Sería injusto, no obstante, poner en duda la competencia de los jueces. En realidad se han ceñido a un Código Penal cuya tipificación de la rebelión, inseparable de la violencia organizada, está más cerca del siglo XIX o del 23-F, cuando los salvapatrias echaban mano a la pistolera, que del golpe de Estado 2.0. Del mismo modo que asistimos a ciberguerras más o menos manifiestas, también existen golpes al Estado constitucional sin necesidad de disparar un solo tiro. Hasta que el Código Penal no incorpore los nuevos modos de rebelión, los golpistas seguirán gozando de los privilegios que disfrutan los matones de pueblo y los mafiosos con ínfulas de honorabilidad.

Sea como fuere, los jueces han hecho su trabajo. Ahora le toca a los políticos, en especial al Gobierno de España, velar porque se cumpla la sentencia, se ejecuten las penas dictadas y no se burle la decisión judicial por la puerta de atrás. Y es aquí donde se pondrá a prueba, otra vez, la confianza en nuestras instituciones democráticas. No en las reacciones más o menos violentas de los separatistas, en las algaradas de los CDR o en las movilizaciones al estilo Hong Kong con las que ha amenazado Torra. Ni siquiera la ambigua actitud de los mossos de Esquadra, cuando no cómplice con los alborotadores, será motivo de mayor preocupación. La sangre no llegará al río.

El temor principal ahora es que la sentencia se quede en papel mojado y que, en vez de ser ejecutada en sus exactos términos, la cuantía de las penas sufra una devaluación de tal calibre que se convierta en un indulto encubierto. Torra tiene, gracias a las competencias en Instituciones Penitenciarias, las herramientas suficientes para que los condenados accedan en breve a permisos carcelarios, e incluso a la semilibertad, cuando hayan cumplido un cuarto de la condena.

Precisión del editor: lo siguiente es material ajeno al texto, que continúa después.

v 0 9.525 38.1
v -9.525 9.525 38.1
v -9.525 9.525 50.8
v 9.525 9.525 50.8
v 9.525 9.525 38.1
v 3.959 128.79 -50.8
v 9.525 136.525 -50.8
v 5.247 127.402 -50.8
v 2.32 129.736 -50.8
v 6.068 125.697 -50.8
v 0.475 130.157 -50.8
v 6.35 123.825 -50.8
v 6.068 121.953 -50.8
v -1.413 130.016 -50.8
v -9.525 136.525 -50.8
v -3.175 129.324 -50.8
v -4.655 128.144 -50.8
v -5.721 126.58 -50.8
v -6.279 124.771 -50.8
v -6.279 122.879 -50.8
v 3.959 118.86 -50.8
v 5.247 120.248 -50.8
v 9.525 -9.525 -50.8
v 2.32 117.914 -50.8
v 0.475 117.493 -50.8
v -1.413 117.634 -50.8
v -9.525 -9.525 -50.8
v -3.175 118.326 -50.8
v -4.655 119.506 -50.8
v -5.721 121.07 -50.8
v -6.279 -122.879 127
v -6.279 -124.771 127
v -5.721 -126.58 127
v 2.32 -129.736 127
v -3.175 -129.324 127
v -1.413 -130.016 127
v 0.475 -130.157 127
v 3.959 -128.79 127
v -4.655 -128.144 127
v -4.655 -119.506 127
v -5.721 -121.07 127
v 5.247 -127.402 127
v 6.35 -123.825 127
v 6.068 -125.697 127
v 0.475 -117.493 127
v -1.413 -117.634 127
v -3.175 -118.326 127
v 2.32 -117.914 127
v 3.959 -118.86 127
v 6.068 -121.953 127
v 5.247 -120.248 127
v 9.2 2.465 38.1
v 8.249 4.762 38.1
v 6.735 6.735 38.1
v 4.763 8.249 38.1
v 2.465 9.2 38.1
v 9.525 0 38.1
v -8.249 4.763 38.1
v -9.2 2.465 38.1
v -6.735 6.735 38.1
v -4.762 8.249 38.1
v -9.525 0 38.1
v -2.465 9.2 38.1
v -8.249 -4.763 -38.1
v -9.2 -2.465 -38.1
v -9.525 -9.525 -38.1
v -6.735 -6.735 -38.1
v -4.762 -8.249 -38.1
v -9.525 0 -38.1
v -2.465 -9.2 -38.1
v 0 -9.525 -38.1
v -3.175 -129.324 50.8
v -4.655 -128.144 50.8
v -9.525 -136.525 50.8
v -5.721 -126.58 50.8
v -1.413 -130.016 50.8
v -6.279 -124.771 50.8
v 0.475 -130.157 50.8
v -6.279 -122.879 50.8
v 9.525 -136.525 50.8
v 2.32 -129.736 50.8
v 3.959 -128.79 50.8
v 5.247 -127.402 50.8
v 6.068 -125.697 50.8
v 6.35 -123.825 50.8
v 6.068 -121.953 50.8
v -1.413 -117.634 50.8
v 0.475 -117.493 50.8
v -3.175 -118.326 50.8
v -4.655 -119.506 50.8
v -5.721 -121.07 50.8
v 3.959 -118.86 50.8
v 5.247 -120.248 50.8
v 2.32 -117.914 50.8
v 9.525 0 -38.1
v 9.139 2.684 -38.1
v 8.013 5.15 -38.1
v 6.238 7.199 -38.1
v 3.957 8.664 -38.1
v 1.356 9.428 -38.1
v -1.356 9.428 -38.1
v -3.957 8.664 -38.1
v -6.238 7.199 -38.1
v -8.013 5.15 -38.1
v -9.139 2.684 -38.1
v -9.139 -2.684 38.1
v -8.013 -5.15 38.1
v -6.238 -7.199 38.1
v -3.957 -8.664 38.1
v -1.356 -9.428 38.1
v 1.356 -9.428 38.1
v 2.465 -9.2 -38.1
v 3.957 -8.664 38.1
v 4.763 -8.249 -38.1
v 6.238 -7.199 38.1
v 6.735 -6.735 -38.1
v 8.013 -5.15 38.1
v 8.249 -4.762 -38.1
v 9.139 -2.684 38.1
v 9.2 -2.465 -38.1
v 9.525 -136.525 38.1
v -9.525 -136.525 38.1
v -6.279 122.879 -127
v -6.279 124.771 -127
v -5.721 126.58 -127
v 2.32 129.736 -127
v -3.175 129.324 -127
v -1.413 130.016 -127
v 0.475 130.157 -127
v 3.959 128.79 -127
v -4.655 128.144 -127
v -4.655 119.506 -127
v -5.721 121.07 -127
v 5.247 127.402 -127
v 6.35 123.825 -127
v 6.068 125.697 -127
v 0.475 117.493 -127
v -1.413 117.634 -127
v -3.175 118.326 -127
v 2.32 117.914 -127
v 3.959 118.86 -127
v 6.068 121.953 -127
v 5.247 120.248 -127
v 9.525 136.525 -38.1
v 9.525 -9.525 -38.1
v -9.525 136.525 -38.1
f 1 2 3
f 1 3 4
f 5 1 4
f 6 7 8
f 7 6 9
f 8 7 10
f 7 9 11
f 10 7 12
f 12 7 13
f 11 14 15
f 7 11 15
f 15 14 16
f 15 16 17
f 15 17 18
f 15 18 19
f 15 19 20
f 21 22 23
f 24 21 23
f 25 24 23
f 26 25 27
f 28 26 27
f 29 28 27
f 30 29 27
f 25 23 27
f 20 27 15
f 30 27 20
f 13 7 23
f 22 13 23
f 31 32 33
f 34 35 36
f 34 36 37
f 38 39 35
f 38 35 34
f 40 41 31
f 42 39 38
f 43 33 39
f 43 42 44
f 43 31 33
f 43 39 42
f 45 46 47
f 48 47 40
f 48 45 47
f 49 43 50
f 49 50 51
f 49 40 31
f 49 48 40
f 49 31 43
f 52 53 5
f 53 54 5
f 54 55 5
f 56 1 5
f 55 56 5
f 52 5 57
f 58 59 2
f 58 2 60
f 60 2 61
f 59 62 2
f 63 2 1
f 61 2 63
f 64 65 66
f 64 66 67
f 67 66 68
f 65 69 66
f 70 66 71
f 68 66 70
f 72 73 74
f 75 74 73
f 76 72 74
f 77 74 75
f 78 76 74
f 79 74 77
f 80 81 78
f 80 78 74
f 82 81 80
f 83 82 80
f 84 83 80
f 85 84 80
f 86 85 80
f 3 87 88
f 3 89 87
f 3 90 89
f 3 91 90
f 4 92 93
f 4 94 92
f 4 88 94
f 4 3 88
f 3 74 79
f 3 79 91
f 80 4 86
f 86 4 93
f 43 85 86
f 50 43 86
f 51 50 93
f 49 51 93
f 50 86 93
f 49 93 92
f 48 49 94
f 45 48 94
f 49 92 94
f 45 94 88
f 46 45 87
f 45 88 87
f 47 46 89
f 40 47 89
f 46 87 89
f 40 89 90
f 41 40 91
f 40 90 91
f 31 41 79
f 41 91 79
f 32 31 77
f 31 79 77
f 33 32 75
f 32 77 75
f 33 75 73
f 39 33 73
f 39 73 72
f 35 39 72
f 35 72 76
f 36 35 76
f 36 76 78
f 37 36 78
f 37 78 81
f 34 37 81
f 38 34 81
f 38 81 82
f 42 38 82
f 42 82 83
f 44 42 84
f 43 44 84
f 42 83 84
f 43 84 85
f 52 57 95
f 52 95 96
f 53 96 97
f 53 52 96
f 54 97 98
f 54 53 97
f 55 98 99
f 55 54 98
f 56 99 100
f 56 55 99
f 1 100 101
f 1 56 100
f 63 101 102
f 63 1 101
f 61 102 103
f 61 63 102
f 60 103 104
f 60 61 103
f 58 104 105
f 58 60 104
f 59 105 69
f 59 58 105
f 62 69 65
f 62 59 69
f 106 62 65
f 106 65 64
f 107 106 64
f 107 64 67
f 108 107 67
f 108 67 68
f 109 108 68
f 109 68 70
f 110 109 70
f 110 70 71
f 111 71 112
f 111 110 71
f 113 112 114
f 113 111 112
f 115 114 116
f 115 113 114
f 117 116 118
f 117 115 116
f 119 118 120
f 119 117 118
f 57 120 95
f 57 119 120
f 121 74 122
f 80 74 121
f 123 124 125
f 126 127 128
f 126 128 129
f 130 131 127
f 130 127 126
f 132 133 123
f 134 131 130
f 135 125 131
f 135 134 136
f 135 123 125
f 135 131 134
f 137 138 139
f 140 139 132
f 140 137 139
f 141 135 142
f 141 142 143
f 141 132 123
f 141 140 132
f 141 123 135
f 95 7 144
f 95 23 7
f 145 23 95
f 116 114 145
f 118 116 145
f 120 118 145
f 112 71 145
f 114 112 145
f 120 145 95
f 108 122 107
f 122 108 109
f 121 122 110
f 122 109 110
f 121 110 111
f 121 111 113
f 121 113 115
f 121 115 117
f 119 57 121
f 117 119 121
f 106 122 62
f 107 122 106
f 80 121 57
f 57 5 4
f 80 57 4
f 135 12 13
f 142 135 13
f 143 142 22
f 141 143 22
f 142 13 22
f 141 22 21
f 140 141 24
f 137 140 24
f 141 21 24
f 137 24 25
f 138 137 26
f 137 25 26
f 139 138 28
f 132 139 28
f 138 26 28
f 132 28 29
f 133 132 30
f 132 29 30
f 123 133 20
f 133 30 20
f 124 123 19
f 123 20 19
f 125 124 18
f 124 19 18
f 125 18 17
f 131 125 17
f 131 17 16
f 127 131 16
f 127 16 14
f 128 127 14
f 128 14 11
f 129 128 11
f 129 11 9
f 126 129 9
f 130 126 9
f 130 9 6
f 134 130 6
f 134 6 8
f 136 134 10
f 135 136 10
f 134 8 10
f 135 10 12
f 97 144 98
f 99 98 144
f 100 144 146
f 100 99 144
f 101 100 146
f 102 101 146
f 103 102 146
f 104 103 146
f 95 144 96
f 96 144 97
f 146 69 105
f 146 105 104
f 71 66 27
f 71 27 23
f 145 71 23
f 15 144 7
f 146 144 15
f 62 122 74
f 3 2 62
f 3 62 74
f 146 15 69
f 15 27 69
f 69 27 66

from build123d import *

# Parameters (mm, degrees)
F0_R      = 9.525
F1_DEPTH  = 38.1
F2_W      = 19.05
F2_H      = 19.05
F3_DEPTH  = 12.7
F4_W      = 19.05
F4_H      = 12.7
F5_DEPTH  = 127
F6_W      = 19.05
F6_H      = 19.05
F7_DEPTH  = 12.7
F8_W      = 19.05
F8_H      = 12.7
F9_DEPTH  = 127
F10_R     = 6.35
F11_DEPTH = 76.2
F12_R     = 6.35
F13_DEPTH = 76.2


with BuildPart() as f1:
    # F0 (on Top) → F1 (new body, symmetric)
    with BuildSketch(Plane.XY):
        Circle(F0_R)
    extrude(amount=F1_DEPTH, both=True)

    # F2 (on face) → F3 (join)
    with BuildSketch(Plane.XY.offset(38.1)):
        Rectangle(F2_W, F2_H)
    extrude(amount=F3_DEPTH)

    # F4 (on face) → F5 (join)
    with BuildSketch(Plane.XZ.offset(9.525)):
        with Locations((0, 44.45)):
            Rectangle(F4_W, F4_H)
    extrude(amount=F5_DEPTH)

    # F6 (on face) → F7 (join)
    with BuildSketch(Plane(origin=(0, 0, -38.1), x_dir=(1, 0, 0), z_dir=(0, 0, -1))):
        Rectangle(F6_W, F6_H)
    extrude(amount=F7_DEPTH)

    # F8 (on face) → F9 (join)
    with BuildSketch(Plane(origin=(0, 9.525, 0), x_dir=(-1, 0, 0), z_dir=(0, 1, 0))):
        with Locations((0, -44.45)):
            Rectangle(F8_W, F8_H)
    extrude(amount=F9_DEPTH)

    # F10 (on face) → F11 (join)
    with BuildSketch(Plane.XY.offset(50.8)):
        with Locations((0, -123.825)):
            Circle(F10_R)
    extrude(amount=F11_DEPTH)

    # F12 (on face) → F13 (join)
    with BuildSketch(Plane(origin=(0, 0, -50.8), x_dir=(1, 0, 0), z_dir=(0, 0, -1))):
        with Locations((0, -123.825)):
            Circle(F12_R)
    extrude(amount=F13_DEPTH)


solid = f1.part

Pero es previsible que Torra el magnánimo acelerará los trámites y desde hoy mismo urgirá el celo de las Juntas de Tratamiento de las prisiones catalanas para que los reos sean clasificados de tercer grado, lo que viene siendo el “modelo Oriol Pujol” ensayado ya con éxito y no menor escándalo. Si la Audiencia Provincial se opusiera a la maniobra, la Generalitat encontrará novedosas fórmulas y resquicios en el reglamento penitenciario para convertir la sentencia del Supremo en una simple multa de tráfico por conducir en dirección contraria. Después de lo visto estos meses en la prisión de Lledoners, ¿quién impedirá a ERC o a JxC hacer de la sentencia un matasuegras verbenero? ¿Acaso Pedro Sánchez, más necesitado que nunca de los votos nacionalistas para lograr al fin su investidura? No parece. Además el Supremo ha desestimado la petición fiscal para que los condenados cumplan íntegramente en prisión al menos la mitad de pena.

En suma, lo relevante, más allá de la necesaria reforma de un Código Penal obsoleto, es si la sentencia se cumplirá como es debido y no deviene en una farsa para pitorreo de separatistas y estímulo de aprendices de golpismo. El Estado de Derecho se basa en la certeza y garantía de que la ley es igual para todos. Y es en ocasiones como esta cuando el ciudadano palpa con su propia mano el latido de una democracia sólida y respetable, cuando descubre en medio de tanta decepción política el valor de la institución judicial como el último dique frente a golpistas disfrazados de sediciosos. Eso sí, hoy muchísimos españoles tendrán la sensación de que, como en el desfile del 12 de octubre, la sentencia del 'procés' se ha quedado colgada de la farola y no ha descendido a tierra.